Resistant Dermatomyositis Improves Quickly, Significantly With Combination Drug



DENVER — Treatment-resistant dermatomyositis improved significantly with the investigational TYK2/JAK1 inhibitor brepocitinib, according to a randomized trial.

The higher of two doses of brepocitinib improved the total dermatomyositis score by almost 50% at 1 year as compared with placebo. The novel therapy demonstrated superiority over placebo across all nine secondary endpoints, including skin disease, glucocorticoid tapering, and functional disability. Noticeable improvement occurred as early as 4 weeks.

Adverse events (AEs) occurred in a similar proportion of patients treated with brepocitinib or placebo, reported Ruth Ann Vleugels, MD, of Brigham and Women’s Hospital in Boston, at the American Academy of Dermatology annual meeting. The study was published simultaneously in the New England Journal of Medicine.

“The 30-mg dose achieved statistical significance that was robust on all 10 primary ranked endpoints,” said Vleugels. “This is important because these ranked endpoints represent improvement not only in skin but also in muscle, global disease activity, rapidity of onset, and our ability to taper corticosteroids — extremely impressive data.”

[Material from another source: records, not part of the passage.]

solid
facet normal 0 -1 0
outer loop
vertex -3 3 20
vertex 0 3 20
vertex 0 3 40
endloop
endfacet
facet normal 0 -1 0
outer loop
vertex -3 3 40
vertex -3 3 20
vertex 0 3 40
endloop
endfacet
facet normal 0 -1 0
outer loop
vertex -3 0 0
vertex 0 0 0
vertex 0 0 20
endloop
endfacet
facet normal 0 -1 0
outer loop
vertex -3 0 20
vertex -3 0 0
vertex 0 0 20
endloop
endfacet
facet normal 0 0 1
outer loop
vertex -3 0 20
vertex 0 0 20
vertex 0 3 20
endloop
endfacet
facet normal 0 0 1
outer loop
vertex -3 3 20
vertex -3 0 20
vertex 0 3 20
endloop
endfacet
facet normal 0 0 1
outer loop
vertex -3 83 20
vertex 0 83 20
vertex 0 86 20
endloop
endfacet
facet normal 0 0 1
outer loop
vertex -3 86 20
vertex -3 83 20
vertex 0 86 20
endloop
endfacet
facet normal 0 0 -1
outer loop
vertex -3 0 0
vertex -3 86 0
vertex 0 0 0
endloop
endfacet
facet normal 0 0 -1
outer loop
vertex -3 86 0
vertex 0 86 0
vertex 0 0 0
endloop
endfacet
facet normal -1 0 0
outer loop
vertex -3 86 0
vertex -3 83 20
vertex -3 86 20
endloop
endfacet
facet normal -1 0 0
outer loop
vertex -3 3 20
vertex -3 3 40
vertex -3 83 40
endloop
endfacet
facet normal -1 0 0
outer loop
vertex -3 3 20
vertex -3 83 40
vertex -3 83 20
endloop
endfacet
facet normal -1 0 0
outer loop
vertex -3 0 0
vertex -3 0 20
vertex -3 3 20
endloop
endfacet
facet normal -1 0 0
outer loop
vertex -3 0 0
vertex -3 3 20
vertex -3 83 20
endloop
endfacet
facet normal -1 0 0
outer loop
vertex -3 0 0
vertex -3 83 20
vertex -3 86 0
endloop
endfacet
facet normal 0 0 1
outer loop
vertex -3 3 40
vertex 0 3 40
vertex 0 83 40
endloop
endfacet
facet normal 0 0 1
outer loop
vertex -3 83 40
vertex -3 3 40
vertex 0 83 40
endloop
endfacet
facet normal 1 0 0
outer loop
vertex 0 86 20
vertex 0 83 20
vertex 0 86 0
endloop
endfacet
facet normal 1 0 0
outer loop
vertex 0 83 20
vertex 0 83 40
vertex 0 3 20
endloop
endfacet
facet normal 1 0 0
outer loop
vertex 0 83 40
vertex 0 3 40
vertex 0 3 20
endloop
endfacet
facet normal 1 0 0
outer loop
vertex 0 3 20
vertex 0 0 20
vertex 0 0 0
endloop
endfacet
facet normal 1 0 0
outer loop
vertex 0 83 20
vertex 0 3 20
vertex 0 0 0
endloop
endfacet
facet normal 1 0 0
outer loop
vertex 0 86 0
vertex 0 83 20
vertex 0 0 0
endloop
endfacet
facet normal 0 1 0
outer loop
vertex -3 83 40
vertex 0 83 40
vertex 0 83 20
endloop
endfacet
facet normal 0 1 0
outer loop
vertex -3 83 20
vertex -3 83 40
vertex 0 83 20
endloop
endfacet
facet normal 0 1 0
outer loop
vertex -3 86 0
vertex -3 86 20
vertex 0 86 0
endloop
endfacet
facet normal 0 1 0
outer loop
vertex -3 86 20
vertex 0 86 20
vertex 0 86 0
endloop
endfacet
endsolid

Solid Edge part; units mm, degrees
sketch "Sketch1" plane through (0, 0, 0) normal (1, 0, 0) x (0, 1, 0)
  line L0 (3, 40) -> (83, 40)
  line L1 (83, 40) -> (83, 20)
  line L2 (83, 20) -> (86, 20)
  line L3 (86, 20) -> (86, 0)
  line L4 (86, 0) -> (0, 0)
  line L5 (0, 0) -> (0, 20)
  line L6 (0, 20) -> (3, 20)
  line L7 (3, 20) -> (3, 40)
  dimension "D1" = 20
  dimension "D2" = 3
  dimension "D3" = 80
  dimension "D4" = 20
extrude "Protrusion1" add sketch "Sketch1" against normal blind 3
properties material "Acier"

“For those of us who study dermatomyositis, this is truly a landmark achievement,” she added. “Most importantly, this is a major move forward for our patients, who ideally, in the near future will be able to receive a targeted, effective therapy early in their disease course and be able to avoid systemic corticosteroids and side effects from other traditional DMARDs [disease-modifying antirheumatic drugs].”

One Drug Vs Two, Safety

During a post-presentation discussion, Hensin Tsao, MD, PhD, of the Mass General Research Institute in Boston, asked how the combination drug differs from giving the individual components separately.

“The TYK2 inhibitor currently on the market is an allosteric inhibitor, and there is evidence that [a non-allosteric inhibitor] would be better for this population,” Vleugels said. “In addition, with the combination, we think that by targeting interferon-1, interferon-2, and the interleukins [ILs], there will be more advantages than in the traditional JAK inhibitors that I’ve used for many years. With existing therapies, I couldn’t get this drug. I couldn’t just throw a few things together and have brepocitinib.”

Aaron Mark Drucker, MD, of the University of Wisconsin-Madison, asked about potential long-term side effects, particularly malignancy. “What should we be watching for?”

“Over the open-label extension study, I think the safety data will remain exactly what we’re seeing here,” said Vleugels. “I think the goal with brepocitinib, over time, is to use it early, rather than putting patients on steroids and methotrexate and mycophenolate mofetil and then putting brepocitinib on top, which is what’s required in a phase III study like this. So I would argue that using brepocitinib alone and earlier that [AEs] will actually go down.”

“In terms of malignancy and clot risk, I don’t have a concern with the long-term safety data,” Vleugels noted. I have been using JAK inhibitors off label for many years in many diseases. … I also want to highlight that my colleagues in oncology actually use JAK inhibitors in patients who have been on immunotherapy. Patients respond to immunotherapy, the immunotherapy stops working, and they now give those patients JAK inhibitors to re-prime the immune system and allow them to respond to immunotherapy better moving forward.”

Background, Key Results

An autoimmune disease, dermatomyositis, is characterized by inflammation and progressive damage to muscles, skin, lungs, joints, the heart, and gastrointestinal tract. The condition often follows a chronic, unpredictable, and protracted disease course, causing substantial morbidity, disability, and impaired quality of life (QoL). Current therapies offer incomplete efficacy and are associated with treatment-related toxicities.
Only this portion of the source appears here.